SC 20:55, 19 June 2012 (EDT):
Hybridization of ssDNA oligonucleotides.
- 5 μL 2mM sense oligonucleotide
- 5 μL 2mM antisense oligonucleotide
- Combine sense and antisense oligonucleotides. Vortex and spin.
- Seal tube airtight with paraffin and place in weighted holder.
- Boil 400 mL water in a 500 mL beaker.
- Cool on bench 5 min.
- Place weighted holder with sealed oligonucleotides into the beaker.

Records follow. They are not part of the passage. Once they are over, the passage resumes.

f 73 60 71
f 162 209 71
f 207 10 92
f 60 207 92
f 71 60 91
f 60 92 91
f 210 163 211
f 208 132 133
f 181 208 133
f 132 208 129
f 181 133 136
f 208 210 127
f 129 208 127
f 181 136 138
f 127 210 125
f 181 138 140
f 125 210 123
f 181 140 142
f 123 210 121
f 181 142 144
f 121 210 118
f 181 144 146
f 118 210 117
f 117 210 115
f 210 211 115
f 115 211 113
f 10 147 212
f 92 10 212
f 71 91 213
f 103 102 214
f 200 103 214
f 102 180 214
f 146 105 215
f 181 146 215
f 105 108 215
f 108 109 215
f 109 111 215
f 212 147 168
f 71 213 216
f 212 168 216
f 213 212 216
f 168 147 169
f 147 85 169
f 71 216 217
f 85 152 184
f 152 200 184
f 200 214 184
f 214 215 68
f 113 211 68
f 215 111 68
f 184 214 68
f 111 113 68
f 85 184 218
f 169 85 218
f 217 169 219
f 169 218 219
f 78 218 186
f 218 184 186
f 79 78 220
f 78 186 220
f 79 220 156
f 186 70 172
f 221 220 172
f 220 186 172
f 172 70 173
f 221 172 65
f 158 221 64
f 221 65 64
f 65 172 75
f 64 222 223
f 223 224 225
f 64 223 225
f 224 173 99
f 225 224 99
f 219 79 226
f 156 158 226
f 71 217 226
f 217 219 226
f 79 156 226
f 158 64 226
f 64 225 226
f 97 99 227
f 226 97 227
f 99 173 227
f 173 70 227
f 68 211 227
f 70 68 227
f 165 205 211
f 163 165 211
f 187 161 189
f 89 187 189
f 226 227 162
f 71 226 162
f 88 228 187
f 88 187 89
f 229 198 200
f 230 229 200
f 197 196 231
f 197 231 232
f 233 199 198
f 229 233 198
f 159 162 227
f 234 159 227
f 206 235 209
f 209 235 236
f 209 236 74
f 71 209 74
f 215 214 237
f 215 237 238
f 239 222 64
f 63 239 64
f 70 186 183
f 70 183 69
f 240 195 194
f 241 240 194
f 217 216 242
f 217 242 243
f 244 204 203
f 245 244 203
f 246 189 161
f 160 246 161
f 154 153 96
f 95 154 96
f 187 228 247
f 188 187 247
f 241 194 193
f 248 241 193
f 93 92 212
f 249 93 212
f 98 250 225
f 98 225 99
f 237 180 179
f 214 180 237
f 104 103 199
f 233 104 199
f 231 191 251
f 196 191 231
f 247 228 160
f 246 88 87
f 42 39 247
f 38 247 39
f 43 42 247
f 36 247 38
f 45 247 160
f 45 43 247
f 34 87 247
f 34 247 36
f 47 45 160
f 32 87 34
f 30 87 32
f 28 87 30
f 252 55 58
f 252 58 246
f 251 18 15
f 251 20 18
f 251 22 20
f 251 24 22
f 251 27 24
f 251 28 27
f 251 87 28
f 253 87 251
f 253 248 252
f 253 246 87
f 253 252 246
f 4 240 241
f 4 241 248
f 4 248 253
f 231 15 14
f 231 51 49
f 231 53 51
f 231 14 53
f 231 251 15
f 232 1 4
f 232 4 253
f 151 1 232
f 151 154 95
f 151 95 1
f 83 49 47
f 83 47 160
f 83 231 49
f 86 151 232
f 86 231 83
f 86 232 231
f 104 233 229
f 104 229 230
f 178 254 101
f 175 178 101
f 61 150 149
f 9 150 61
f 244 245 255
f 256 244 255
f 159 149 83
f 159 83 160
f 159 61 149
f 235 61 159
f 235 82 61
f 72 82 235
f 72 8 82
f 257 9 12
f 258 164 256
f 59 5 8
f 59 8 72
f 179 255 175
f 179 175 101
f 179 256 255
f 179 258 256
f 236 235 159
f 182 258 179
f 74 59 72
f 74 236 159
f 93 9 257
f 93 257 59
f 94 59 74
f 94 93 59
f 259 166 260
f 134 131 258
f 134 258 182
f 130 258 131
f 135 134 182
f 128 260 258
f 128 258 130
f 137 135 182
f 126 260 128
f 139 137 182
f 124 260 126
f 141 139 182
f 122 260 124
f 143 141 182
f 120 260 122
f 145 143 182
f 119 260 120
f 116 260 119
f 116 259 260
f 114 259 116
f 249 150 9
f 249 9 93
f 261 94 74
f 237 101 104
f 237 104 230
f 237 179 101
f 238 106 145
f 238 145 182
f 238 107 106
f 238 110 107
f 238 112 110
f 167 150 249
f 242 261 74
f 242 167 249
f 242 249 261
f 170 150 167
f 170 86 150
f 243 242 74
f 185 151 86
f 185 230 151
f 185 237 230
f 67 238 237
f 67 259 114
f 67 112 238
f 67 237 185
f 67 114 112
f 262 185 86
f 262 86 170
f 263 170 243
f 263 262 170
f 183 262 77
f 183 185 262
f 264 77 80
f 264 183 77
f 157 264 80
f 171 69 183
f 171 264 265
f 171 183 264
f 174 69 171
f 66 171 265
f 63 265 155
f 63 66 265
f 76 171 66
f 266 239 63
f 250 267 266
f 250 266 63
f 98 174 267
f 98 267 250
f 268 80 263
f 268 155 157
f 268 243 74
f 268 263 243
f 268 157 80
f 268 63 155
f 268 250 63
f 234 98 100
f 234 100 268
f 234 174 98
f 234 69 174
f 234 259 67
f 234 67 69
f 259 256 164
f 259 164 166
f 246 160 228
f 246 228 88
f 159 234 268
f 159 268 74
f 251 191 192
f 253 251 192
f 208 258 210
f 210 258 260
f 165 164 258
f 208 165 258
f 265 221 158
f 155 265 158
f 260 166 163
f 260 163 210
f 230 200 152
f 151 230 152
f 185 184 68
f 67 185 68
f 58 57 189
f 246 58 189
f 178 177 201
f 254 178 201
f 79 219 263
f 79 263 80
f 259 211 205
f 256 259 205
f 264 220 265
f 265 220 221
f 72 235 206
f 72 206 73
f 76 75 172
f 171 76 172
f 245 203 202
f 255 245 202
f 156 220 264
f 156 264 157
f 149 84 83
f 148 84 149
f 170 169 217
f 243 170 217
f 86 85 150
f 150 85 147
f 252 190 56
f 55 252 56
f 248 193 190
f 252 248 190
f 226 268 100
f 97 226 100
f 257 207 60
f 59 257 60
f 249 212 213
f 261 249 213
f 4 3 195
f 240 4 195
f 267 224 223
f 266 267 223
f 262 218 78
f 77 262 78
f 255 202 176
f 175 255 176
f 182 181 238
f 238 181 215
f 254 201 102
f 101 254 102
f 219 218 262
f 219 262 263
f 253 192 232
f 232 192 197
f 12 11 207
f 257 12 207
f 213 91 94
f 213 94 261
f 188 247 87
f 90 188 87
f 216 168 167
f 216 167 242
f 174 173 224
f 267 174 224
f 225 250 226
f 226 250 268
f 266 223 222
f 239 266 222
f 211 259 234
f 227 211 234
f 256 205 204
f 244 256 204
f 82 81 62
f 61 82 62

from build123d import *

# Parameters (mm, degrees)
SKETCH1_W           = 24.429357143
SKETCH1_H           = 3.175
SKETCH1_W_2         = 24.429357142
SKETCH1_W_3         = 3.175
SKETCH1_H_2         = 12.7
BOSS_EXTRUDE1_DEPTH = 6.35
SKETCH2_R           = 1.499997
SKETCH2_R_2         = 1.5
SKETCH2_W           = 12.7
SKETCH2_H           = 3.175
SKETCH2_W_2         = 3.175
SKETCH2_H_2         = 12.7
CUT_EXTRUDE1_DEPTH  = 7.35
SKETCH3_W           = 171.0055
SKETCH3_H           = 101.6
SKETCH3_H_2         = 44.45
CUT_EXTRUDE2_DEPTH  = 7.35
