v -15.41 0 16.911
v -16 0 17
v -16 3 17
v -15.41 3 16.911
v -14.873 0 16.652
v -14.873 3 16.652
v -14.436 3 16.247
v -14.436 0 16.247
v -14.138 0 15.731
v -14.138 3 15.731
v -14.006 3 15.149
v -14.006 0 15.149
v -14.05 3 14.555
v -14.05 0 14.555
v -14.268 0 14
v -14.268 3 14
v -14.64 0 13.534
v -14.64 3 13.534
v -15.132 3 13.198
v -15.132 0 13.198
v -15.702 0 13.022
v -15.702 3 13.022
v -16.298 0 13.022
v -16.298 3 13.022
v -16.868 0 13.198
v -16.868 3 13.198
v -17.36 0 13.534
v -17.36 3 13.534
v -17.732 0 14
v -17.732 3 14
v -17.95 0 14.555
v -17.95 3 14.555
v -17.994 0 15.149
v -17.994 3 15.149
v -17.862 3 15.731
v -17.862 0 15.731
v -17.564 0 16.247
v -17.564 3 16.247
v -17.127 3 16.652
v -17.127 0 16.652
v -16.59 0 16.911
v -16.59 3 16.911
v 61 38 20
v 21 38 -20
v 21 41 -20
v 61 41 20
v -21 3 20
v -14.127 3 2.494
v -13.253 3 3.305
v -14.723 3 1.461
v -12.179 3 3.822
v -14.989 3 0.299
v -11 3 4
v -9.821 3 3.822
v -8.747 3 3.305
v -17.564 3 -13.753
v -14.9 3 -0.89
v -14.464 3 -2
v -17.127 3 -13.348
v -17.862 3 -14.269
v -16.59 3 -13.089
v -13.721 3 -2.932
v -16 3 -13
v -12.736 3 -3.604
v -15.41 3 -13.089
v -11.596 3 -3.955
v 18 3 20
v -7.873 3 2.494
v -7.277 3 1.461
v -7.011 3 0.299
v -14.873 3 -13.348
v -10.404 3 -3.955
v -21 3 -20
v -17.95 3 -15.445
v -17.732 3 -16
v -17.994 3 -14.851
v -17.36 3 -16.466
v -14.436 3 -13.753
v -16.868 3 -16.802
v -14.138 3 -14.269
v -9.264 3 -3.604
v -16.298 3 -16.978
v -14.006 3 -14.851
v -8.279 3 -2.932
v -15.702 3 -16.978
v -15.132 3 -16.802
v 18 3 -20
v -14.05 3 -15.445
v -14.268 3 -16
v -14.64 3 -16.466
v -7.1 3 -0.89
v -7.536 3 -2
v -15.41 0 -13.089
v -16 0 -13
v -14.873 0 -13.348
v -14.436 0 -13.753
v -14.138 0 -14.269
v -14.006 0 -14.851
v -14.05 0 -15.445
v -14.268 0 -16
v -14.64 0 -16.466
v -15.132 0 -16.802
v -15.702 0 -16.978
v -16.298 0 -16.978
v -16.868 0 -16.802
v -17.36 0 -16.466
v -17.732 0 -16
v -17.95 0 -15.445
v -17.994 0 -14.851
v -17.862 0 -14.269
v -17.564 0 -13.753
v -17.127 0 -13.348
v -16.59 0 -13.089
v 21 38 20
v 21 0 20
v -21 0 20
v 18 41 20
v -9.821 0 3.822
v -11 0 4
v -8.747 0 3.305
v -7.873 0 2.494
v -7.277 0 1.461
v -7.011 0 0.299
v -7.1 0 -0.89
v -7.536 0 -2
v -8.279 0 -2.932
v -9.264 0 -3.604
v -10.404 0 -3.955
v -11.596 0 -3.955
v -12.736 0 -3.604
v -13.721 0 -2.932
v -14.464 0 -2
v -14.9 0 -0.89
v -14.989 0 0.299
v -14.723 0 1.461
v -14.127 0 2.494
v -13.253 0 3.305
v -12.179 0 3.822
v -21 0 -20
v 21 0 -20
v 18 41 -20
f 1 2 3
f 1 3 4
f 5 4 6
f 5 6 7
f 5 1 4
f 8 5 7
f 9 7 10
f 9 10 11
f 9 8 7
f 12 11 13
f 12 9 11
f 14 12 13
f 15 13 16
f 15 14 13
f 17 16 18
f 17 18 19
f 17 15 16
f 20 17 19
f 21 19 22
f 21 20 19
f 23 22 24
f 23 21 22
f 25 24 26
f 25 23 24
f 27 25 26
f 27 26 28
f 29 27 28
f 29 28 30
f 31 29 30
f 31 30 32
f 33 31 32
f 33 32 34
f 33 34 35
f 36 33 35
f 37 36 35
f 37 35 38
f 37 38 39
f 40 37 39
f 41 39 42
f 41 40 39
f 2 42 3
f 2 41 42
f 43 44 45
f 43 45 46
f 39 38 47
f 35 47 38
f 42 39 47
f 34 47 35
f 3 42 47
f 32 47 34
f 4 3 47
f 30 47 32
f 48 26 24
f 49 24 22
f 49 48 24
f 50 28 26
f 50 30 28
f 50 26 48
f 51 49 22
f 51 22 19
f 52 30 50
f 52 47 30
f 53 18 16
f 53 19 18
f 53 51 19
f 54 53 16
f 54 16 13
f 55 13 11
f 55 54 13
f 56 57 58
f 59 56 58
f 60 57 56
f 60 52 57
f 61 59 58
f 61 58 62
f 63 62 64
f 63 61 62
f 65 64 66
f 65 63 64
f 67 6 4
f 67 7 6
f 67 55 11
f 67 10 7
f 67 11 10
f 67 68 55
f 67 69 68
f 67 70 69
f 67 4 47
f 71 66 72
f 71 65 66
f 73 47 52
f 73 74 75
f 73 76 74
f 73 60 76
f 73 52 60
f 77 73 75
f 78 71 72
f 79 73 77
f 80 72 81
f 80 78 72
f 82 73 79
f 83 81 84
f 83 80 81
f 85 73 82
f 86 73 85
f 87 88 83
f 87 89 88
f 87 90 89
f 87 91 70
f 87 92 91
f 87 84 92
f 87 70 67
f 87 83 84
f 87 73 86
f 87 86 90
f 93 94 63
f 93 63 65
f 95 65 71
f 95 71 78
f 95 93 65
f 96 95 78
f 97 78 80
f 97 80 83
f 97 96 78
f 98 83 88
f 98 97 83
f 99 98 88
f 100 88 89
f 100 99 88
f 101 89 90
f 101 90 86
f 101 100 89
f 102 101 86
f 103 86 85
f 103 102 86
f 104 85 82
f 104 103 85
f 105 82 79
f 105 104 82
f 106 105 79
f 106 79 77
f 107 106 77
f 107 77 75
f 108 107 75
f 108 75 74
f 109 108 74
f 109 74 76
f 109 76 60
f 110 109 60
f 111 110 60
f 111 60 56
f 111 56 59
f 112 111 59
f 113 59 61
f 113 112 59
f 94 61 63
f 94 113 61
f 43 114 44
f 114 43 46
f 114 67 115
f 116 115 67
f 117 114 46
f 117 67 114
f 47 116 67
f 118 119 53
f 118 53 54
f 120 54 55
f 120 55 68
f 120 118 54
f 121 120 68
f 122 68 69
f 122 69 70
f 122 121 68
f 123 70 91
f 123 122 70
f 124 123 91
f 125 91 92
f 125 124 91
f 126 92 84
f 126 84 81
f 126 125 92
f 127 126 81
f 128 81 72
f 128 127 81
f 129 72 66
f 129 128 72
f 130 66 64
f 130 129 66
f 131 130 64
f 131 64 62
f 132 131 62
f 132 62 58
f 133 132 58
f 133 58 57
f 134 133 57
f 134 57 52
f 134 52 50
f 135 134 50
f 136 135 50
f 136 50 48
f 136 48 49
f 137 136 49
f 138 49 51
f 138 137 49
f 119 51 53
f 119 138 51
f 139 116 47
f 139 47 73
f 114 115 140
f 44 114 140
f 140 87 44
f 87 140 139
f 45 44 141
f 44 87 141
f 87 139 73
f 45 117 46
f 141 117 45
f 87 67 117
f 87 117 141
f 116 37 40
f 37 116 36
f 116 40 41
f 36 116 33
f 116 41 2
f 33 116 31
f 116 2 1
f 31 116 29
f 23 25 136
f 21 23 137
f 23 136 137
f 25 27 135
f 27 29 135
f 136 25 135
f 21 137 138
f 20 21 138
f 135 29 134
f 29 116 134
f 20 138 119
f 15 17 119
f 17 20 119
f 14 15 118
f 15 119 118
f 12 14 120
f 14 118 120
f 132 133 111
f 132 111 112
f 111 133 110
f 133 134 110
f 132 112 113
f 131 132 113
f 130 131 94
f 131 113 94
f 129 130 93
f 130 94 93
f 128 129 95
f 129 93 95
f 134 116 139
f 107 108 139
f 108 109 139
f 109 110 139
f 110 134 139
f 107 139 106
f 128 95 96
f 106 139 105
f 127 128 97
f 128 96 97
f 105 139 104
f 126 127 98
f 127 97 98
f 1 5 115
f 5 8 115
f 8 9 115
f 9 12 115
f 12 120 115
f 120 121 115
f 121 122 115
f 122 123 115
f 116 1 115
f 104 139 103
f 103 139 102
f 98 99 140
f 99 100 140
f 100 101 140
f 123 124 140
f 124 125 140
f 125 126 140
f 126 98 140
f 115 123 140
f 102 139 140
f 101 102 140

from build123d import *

# Parameters (mm, degrees)
SKETCH1_W           = 42
SKETCH1_H           = 40
SKETCH1_R           = 2
SKETCH1_R_2         = 4
BOSS_EXTRUDE1_DEPTH = 3
SKETCH2_W           = 3
SKETCH2_H           = 40
BOSS_EXTRUDE2_DEPTH = 38
SKETCH3_W           = 40
SKETCH3_H           = 3
BOSS_EXTRUDE3_DEPTH = 40
CUT_EXTRUDE3_DEPTH  = 3


with BuildPart() as part:
    # Sketch1 → Boss-Extrude1 (new body)
    with BuildSketch(Plane(origin=(0, 0, 0), x_dir=(1, 0, 0), z_dir=(0, 1, 0))):
        Rectangle(SKETCH1_W, SKETCH1_H)
        with Locations(Location((-16, 15, 0), (0, 0, 270))):
            Circle(SKETCH1_R, mode=Mode.SUBTRACT)
        with Locations(Location((-16, -15, 0), (0, 0, 270))):
            Circle(SKETCH1_R, mode=Mode.SUBTRACT)
        with Locations(Location((-11, 0, 0), (0, 0, 270))):
            Circle(SKETCH1_R_2, mode=Mode.SUBTRACT)
    extrude(amount=BOSS_EXTRUDE1_DEPTH)

    # Sketch2 → Boss-Extrude2 (add)
    with BuildSketch(Plane(origin=(0, 3, 0), x_dir=(1, 0, 0), z_dir=(0, 1, 0))):
        with Locations((19.5, 0)):
            Rectangle(SKETCH2_W, SKETCH2_H)
    extrude(amount=BOSS_EXTRUDE2_DEPTH)

    # Sketch3 → Boss-Extrude3 (add)
    with BuildSketch(Plane(origin=(21, 0, 0), x_dir=(0, 0, -1), z_dir=(1, 0, 0))):
        with Locations((0, 39.5)):
            Rectangle(SKETCH3_W, SKETCH3_H)
    extrude(amount=BOSS_EXTRUDE3_DEPTH)

    # Sketch8 → Cut-Extrude3 (cut)
    with BuildSketch(Plane.XZ.offset(-38)):
        Polygon((21, -20), (61, 20), (61, -20), align=None)
    extrude(amount=-CUT_EXTRUDE3_DEPTH, mode=Mode.SUBTRACT)


solid = part.part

- Incubate on bench overnight or until water is about room temperature (~4 hr). At the end of this process, the complimentary ssDNA's are hybridized into dsDNA linker at 1mM final concentration.
- Dilute the 1mM linker 1/10 (~10 μL 1mM linker into ~ 90 μL H2O, may need to be adjusted if some volume is lost and, for example only 9 μL 1mM linker is recovered). Mix and spin.
- Continue 1/10 dilutions down to 100 nM (label all tubes clearly):
- 20 μL 100μM linker + 180 μL H2O = 200 μL 10μM linker
- 20 μL 10μM linker + 180 μL H2O = 200 μL 1μM linker
- 20 μL 1μM linker + 180 μL H2O = 200 μL 100nM linker
- Store at -40 °C in latest "Primer" box.
Please feel free to post comments, questions, or improvements to this protocol. Happy to have your input!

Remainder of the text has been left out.